What’s next with LLMs
Building on its success, Penn Medicine is now integrating large language models to further streamline radiology reporting. The goal is to automate the structuring of radiology report findings – such as detecting adrenal nodules – and trigger clinical decision support within EHR.
This next phase will improve reporting accuracy, reduce variability, and ensure that critical incidental findings prompt timely follow-up, optimizing both patient outcomes and resource utilization. Among the key objectives for AInSights:
Enhancing AI-Assisted Clinical Decision Support. AI tools are being developed to provide radiologists with deeper insights into imaging findings.
Post-Deployment Monitoring & Governance. AI models are rigorously evaluated to ensure real-world performance aligns with clinical expectations.
AI Integration with Workflow Efficiency. Efforts are underway to seamlessly incorporate AI into existing PACS, RIS, and EHR systems, reducing disruption to radiologist workflows.
AI FOMO? Take a strategic approach
The radiology shortage is real, but so is the pressure to deploy AI at lightning speed. With every new AI announcement, hospitals worry they are falling behind. However, implementing AI strategically – rather than reactively – is the key to long-term success.
For radiologists, AI isn’t just about efficiency, it’s about reclaiming time for complex cases, reducing burnout, and improving diagnostic accuracy.
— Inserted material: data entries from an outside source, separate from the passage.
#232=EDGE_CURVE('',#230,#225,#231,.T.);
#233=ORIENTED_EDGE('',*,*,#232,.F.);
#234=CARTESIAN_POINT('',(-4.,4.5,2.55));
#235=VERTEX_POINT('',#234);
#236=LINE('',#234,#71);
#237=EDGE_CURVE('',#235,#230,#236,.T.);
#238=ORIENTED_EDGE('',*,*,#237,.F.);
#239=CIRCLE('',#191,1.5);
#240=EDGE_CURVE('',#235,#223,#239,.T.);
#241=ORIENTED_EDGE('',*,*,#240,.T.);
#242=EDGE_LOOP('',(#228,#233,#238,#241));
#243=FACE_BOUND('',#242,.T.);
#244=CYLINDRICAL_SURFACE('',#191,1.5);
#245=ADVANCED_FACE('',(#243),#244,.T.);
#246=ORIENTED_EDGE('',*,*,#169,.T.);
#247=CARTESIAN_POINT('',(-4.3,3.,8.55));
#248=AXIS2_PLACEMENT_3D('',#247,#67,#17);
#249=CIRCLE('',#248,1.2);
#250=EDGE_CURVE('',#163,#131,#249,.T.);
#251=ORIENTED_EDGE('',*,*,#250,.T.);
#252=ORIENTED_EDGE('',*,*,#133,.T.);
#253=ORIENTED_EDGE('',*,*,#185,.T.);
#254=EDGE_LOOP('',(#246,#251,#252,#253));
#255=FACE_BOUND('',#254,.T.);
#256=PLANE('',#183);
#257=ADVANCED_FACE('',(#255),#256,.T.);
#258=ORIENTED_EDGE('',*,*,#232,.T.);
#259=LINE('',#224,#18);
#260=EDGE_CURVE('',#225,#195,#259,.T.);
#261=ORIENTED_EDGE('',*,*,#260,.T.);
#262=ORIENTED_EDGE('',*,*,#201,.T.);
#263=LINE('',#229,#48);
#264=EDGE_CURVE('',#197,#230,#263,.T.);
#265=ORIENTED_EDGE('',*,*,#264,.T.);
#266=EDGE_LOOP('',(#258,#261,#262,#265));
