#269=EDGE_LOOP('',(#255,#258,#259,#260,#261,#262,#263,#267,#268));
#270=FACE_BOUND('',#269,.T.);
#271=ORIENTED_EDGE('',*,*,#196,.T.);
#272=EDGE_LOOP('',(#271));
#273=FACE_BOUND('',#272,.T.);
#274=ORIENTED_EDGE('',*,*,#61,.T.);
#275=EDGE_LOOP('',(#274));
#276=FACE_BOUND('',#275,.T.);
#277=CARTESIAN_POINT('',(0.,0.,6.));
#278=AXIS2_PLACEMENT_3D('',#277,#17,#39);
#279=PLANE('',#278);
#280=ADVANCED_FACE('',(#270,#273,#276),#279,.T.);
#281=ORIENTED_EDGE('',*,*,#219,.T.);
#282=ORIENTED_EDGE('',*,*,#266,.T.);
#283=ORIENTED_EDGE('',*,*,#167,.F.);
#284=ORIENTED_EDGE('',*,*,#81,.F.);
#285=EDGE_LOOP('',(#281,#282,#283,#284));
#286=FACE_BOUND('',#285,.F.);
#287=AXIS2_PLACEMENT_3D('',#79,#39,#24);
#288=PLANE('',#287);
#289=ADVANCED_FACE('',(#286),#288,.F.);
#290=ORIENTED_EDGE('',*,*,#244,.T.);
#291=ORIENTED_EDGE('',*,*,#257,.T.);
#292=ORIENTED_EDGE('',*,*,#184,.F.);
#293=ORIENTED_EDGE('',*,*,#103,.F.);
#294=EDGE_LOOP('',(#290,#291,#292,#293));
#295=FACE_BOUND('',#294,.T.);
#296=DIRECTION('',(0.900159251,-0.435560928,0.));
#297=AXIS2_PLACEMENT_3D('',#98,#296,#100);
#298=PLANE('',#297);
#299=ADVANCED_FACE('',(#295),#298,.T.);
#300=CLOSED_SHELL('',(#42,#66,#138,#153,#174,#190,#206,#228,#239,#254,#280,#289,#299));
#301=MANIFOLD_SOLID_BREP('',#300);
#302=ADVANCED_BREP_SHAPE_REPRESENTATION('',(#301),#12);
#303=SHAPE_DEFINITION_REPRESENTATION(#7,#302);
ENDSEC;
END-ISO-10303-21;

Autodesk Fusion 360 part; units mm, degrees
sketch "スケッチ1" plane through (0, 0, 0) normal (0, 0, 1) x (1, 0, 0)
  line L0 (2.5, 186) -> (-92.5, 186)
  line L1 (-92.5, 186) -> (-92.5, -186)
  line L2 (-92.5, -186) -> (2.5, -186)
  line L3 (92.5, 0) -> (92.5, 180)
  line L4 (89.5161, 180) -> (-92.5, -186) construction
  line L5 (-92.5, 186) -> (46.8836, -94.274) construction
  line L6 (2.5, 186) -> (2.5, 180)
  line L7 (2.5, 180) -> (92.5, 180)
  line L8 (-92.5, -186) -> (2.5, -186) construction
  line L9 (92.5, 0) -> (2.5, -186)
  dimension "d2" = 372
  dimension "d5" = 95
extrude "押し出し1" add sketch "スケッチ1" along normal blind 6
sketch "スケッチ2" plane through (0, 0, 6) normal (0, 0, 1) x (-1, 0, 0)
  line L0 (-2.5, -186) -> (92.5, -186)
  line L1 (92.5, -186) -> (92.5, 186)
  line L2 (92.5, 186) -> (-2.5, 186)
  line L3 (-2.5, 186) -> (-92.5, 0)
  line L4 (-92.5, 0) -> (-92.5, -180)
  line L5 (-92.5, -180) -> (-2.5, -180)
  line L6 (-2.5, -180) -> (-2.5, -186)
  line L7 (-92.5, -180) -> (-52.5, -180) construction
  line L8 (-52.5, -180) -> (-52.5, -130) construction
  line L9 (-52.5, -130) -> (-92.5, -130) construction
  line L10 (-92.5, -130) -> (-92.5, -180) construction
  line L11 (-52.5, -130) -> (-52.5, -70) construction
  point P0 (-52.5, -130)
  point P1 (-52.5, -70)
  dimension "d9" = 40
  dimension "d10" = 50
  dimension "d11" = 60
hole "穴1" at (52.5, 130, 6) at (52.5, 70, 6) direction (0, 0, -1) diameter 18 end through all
But let’s be clear: Smart AI adoption beats rushed AI adoption every time. Instead of chasing trends, healthcare leaders must focus on implementation science, post-monitoring, and continuous refinement to ensure AI truly enhances radiology.
The future isn’t about who gets AI first – it’s about who gets it right.
Ameena Elahi is IS Application Manager at Penn Medicine, where she is responsible for project oversight for medical imaging applications, including research and artificial intelligence.